Need to stop greed in forex trade ranks
Agitation for radical transformation of banking system grows after scam by 17 banks
LIKE most things South African, there is a great deal of ritualism that accompanies the annual Budget exercise.
For Finance Minister Pravin Gordhan, a seasoned hand in presenting budgets, the predictable part of the choreography may lie in the mandatory recitation of a verse from the illuminati; for the writers of the economic survey it may entail repeating last year’s assurance that darkness is inevitably accompanied by light at the end of the tunnel; and for those who are dubbed corporate “honchos” it may lie in describing every budget as “responsible”, “innovative”, or even “path-breaking”.
But when Gordhan presents his books of national accounts today, he would do so against the backdrop of President Jacob Zuma’s State of the Nation address and under the cloud of the financial crisis that has exposed the scam of 17 leading banks, including three South African, at the root of the country’s misery.
These banks were widely regarded as the acceptable face of banking.
There were no hidden charges in Zuma’s call for the stiffest penalties against the wrongdoers.
“If proven to be true it would confirm the pervasiveness of unbridled greed within the ranks of the forex trading sections of banks even after evidence that such behaviour has the potential to collapse the national and global financial system and bring about immeasurable pain to ordinary people as evidenced by the deep recession of 2008/9, which was triggered by banks conducting their business recklessly,” Zuma said.
Zuma must feel particularly aggrieved because he was demonised for the collapse of the rand following his cabinet changes in 2015.
There was the House of Assembly at its worst: blame shifting; moralising; and, above all, opportunistic pointscoring to the foul-mouths across the floor.

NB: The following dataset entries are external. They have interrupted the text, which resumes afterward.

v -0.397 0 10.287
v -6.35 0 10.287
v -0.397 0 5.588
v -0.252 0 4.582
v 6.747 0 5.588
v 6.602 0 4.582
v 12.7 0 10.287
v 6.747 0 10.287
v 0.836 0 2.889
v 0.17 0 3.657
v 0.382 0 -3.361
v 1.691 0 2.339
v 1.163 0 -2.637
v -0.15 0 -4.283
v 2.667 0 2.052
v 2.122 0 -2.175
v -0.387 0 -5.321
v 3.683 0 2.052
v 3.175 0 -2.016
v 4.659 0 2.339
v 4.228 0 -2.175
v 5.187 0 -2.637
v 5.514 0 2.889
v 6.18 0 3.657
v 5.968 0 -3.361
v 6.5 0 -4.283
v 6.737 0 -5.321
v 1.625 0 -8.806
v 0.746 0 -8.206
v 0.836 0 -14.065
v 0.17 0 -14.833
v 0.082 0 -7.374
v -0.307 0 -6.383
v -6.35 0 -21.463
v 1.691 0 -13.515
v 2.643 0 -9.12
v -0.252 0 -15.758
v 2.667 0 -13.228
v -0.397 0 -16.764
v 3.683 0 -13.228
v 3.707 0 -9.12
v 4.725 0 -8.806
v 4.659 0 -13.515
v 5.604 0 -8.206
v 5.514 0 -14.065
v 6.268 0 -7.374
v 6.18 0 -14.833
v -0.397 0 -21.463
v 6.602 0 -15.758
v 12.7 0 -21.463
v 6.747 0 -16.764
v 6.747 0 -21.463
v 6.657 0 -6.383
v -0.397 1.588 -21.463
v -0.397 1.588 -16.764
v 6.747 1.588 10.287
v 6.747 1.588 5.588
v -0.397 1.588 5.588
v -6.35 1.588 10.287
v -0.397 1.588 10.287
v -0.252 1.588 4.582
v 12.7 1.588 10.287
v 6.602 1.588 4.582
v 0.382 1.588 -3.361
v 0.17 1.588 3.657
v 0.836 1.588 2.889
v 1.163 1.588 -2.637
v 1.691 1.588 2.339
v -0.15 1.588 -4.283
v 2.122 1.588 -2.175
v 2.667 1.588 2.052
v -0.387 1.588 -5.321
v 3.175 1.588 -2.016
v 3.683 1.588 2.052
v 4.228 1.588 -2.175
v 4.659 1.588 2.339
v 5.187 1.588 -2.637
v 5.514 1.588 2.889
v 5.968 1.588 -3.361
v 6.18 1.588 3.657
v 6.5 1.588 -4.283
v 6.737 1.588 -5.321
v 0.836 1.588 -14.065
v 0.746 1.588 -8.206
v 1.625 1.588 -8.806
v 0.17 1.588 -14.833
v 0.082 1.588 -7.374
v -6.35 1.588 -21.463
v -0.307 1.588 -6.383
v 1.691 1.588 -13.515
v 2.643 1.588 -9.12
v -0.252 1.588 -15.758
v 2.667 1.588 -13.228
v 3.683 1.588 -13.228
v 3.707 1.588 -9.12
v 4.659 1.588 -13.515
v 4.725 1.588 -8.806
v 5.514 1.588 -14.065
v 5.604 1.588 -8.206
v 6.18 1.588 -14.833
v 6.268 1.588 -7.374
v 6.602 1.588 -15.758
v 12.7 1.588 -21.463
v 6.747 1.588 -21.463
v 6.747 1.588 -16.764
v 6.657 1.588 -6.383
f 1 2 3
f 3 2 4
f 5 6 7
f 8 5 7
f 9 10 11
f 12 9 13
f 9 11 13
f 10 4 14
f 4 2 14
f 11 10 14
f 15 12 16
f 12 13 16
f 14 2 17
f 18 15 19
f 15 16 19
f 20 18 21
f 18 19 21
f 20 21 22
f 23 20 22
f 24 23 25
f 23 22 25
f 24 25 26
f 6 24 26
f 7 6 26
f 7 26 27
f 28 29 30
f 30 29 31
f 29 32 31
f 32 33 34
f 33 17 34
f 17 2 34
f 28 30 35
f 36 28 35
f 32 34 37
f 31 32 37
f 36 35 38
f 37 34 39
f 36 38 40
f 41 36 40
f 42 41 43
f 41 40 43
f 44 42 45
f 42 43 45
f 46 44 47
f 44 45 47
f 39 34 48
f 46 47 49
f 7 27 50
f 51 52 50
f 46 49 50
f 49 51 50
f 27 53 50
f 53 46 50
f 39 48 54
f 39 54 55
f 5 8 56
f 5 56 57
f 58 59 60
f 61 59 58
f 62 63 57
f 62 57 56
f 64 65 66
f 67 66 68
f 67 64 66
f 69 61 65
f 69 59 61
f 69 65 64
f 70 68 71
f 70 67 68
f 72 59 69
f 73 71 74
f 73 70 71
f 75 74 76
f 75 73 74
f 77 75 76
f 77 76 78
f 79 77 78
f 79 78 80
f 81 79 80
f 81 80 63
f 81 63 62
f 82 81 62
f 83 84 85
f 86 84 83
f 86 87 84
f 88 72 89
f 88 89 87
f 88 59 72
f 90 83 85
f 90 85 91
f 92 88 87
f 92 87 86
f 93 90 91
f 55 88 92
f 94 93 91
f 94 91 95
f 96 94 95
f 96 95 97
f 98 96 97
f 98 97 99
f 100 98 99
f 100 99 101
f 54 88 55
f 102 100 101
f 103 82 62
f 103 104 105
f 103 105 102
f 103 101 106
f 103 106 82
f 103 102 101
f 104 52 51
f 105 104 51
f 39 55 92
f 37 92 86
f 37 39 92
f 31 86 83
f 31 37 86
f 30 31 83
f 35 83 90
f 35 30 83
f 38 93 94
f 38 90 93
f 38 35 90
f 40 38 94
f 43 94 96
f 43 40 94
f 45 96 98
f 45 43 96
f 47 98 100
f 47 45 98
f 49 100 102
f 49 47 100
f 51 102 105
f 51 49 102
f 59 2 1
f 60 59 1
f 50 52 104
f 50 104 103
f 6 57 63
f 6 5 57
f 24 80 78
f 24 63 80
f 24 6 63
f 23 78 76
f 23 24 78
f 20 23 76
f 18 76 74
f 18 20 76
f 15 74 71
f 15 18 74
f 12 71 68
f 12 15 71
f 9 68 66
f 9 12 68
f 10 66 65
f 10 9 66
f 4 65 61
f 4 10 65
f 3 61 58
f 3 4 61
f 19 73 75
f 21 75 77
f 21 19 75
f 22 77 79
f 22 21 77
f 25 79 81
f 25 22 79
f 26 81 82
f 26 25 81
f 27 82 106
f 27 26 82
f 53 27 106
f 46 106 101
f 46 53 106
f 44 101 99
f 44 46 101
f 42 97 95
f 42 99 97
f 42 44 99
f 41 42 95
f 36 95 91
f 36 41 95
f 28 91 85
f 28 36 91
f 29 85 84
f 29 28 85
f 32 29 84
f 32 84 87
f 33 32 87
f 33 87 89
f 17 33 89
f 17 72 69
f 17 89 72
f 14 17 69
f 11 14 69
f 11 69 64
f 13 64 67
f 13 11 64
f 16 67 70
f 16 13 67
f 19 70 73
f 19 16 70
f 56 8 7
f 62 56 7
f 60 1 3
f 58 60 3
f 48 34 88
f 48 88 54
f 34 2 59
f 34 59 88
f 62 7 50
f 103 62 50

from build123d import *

# Parameters (mm, degrees)
SKETCH1_W          = 19.05
SKETCH1_H          = 31.75
EXTRUDE1_DEPTH     = 1.5875
SKETCH3_R          = 3.571875
CUT_EXTRUDE6_DEPTH = 25.989408261
SKETCH5_R          = 3.571875
CUT_EXTRUDE8_DEPTH = 25.989408261
CIRPATTERN1_COUNT  = 2
SKETCH6_W          = 7.14375
SKETCH6_H          = 4.699
CUT_EXTRUDE9_DEPTH = 25.989408261
CIRPATTERN2_COUNT  = 2


with BuildPart() as part:
    # Sketch1 → Extrude1 (new body)
    with BuildSketch(Plane(origin=(0, 0, 0), x_dir=(1, 0, 0), z_dir=(0, 1, 0))):
        with Locations((3.175, 5.588)):
            Rectangle(SKETCH1_W, SKETCH1_H)
    extrude(amount=EXTRUDE1_DEPTH)

    # Sketch3 → Cut-Extrude6 (cut, through all)
    with BuildSketch(Plane(origin=(0, 0, 0), x_dir=(1, 0, 0), z_dir=(0, 1, 0))):
        with Locations(Location((3.175, 5.588, 0), (0, 0, 270))):
            Circle(SKETCH3_R)
    extrude(amount=CUT_EXTRUDE6_DEPTH, mode=Mode.SUBTRACT)

    # Sketch5 → Cut-Extrude8 (cut, through all)
    with BuildSketch(Plane(origin=(0, 0, 0), x_dir=(1, 0, 0), z_dir=(0, 1, 0))):
        with Locations(Location((3.175, 16.764, 0), (0, 0, 270))):
            Circle(SKETCH5_R)
    cut_extrude8 = extrude(amount=CUT_EXTRUDE8_DEPTH, mode=Mode.SUBTRACT)

    # CirPattern1: Cut-Extrude8 ×2 about axis
    cirpattern1_axis = Axis((3.175, 0, -5.588), (0, 1, 0))
    for i in range(1, CIRPATTERN1_COUNT):
        add(cut_extrude8.rotate(cirpattern1_axis, i * 360 / CIRPATTERN1_COUNT), mode=Mode.SUBTRACT)

    # Sketch6 → Cut-Extrude9 (cut, through all)
    with BuildSketch(Plane(origin=(0, 0, 0), x_dir=(1, 0, 0), z_dir=(0, 1, 0))):
        with Locations((3.175, -7.9375)):
            Rectangle(SKETCH6_W, SKETCH6_H)
    cut_extrude9 = extrude(amount=CUT_EXTRUDE9_DEPTH, mode=Mode.SUBTRACT)

    # CirPattern2: Cut-Extrude9 ×2 about axis
    cirpattern2_axis = Axis((3.175, 1.5875, -5.588), (0, -1, 0))
    for i in range(1, CIRPATTERN2_COUNT):
        add(cut_extrude9.rotate(cirpattern2_axis, i * 360 / CIRPATTERN2_COUNT), mode=Mode.SUBTRACT)


solid = part.part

It is also the latest turn in a series of outsourcing controversies that have shaken public confidence in the government’s transformation agenda because the government is one of the banks’ biggest clients.

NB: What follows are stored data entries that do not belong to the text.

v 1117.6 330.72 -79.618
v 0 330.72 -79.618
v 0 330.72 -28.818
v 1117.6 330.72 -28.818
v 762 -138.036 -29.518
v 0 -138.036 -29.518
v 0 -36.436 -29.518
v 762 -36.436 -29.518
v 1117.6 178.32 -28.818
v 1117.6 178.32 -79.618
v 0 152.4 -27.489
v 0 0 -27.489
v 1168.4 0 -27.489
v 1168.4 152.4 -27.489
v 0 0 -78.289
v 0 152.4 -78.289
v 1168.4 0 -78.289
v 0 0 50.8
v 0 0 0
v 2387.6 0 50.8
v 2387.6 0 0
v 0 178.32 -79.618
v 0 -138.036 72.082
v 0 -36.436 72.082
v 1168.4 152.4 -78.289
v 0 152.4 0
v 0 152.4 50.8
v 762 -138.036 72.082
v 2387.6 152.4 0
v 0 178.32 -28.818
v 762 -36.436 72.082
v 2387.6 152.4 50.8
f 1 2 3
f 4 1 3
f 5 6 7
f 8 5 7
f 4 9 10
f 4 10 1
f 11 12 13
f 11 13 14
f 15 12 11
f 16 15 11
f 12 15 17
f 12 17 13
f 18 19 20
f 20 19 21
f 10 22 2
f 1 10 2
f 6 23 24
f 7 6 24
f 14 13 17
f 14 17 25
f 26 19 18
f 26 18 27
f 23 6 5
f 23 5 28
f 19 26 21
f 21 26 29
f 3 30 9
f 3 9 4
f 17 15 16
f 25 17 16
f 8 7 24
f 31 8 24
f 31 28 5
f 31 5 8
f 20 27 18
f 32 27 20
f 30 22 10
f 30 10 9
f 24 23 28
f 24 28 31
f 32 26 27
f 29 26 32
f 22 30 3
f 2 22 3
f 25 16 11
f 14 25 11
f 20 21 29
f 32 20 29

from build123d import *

# Parameters (mm, degrees)
F0_W     = 2387.6
F0_H     = 152.4
F1_DEPTH = 50.8
F2_W     = 101.6
F2_H     = 101.6
F3_DEPTH = 762
F4_W     = 152.4
F4_H     = 50.8
F5_DEPTH = 1168.4
F6_W     = 152.4
F6_H     = 50.8
F7_DEPTH = 1117.6


with BuildPart() as f1:
    # F0 (on Top) → F1 (new body)
    with BuildSketch(Plane.XY):
        with Locations((1193.8, 76.2)):
            Rectangle(F0_W, F0_H)
    extrude(amount=F1_DEPTH)


with BuildPart() as f3:
    # F2 (on Right) → F3 (new body)
    with BuildSketch(Plane.YZ):
        with Locations((-87.235643, 21.28173)):
            Rectangle(F2_W, F2_H)
    extrude(amount=F3_DEPTH)


with BuildPart() as f5:
    # F4 (on Right) → F5 (new body)
    with BuildSketch(Plane.YZ):
        with Locations((76.2, -52.889361)):
            Rectangle(F4_W, F4_H)
    extrude(amount=F5_DEPTH)


with BuildPart() as f7:
    # F6 (on Right) → F7 (new body)
    with BuildSketch(Plane.YZ):
        with Locations((254.520491, -54.217565)):
            Rectangle(F6_W, F6_H)
    extrude(amount=F7_DEPTH)


solid = Compound([f1.part, f3.part, f5.part, f7.part])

Listening to the vox populi on radio about the Competition Commission’s report on its investigations into the manipulation of the currency by the banks was depressing.
It confirmed their worst fears about how the wealthy elite handle their assets.
The scale of the crisis is unprecedented, especially with three of the country’s leading banks – Absa, Standard Bank and Investec – thrown in the spotlight.
As a consequence of the scam, the banks’ clients viz. the government; corporate South Africa and private persons are now in a position to demand redress for their losses (if any) from the immoral practices. There’s scant reason to believe there weren’t any losses.
One of the best kept secrets is that banks make a fortune out of thin air.
A Canadian, Victoria Grant, was incensed a few years ago when she found out how banks made money.
She asked an audience at a Rotary Club if they ever wondered why their government was paying $60 billion a year in interest on the national debt and who was getting the money.
“What I have discovered”, she said, “is the banks and the government have colluded to financially enslave the people of Canada”.
It’s not just the political class who don’t get it; lots of people also do not realise the scale of the disaster that is our financial system.
And they are asking how much the banking fraternity knew about these shady deals and why the bank ombudsman hadn’t uncovered this scandalous stain on the country.
Most people believe banks lend money deposited with them and is lying idle.
In reality, when banks advance a loan, they simply create the money by debiting the borrower’s account electronically.
Martin Wolf, former chief economics editor of the Financial Times wrote: “The essence of the contemporary monetary system is creation of money, out of nothing, by private banks’ often foolish lending.
“Banks create almost all money as debt. It’s a fact admitted by the Bank of England, the US Federal Reserve and the European Central Bank and no doubt by our own Reserve Bank.”
In the wake of the banking mess, there’s been a growing agitation for radical transformation of the banking system, especially the setting of a peoples’ bank or state bank.
If all this seems too radical and unprecedented to venture into, consider that one American state has had its own bank for 98 years; and it has not only escaped the credit crunch but is understood to be doing remarkably well.
It’s not widely understood how important this call is.
At the height of the 2009 financial crash, only three of America’s 50 states were solvent – meaning they had the revenues to meet their budgets.
One of them was North Dakota.
It was an unlikely candidate for the distinction.
It is a sparsely populated state of less than 700 000 people, largely located in isolated farming communities afflicted with cold weather.
Yet since 2000, the state’s GNP had grown by more than 50%. Personal income and wages have also grown.
The state not only had no funding issues, but it had a budget surplus.
North Dakota boasts the only state-owned bank in the US.
The Bank of North Dakota (BND) was established by the state legislature in 1919 specifically to free farmers and small businessmen from the clutches of out-of-state bankers and railroad men.
The bank’s stated mission was to deliver sound financial services that promote agriculture, commerce and industry.
To what depths must a country sink before politicians are compelled to realise that the nation’s collective future means more than the immediate gratification of the short-sighted?
That is an answer only the voters can provide.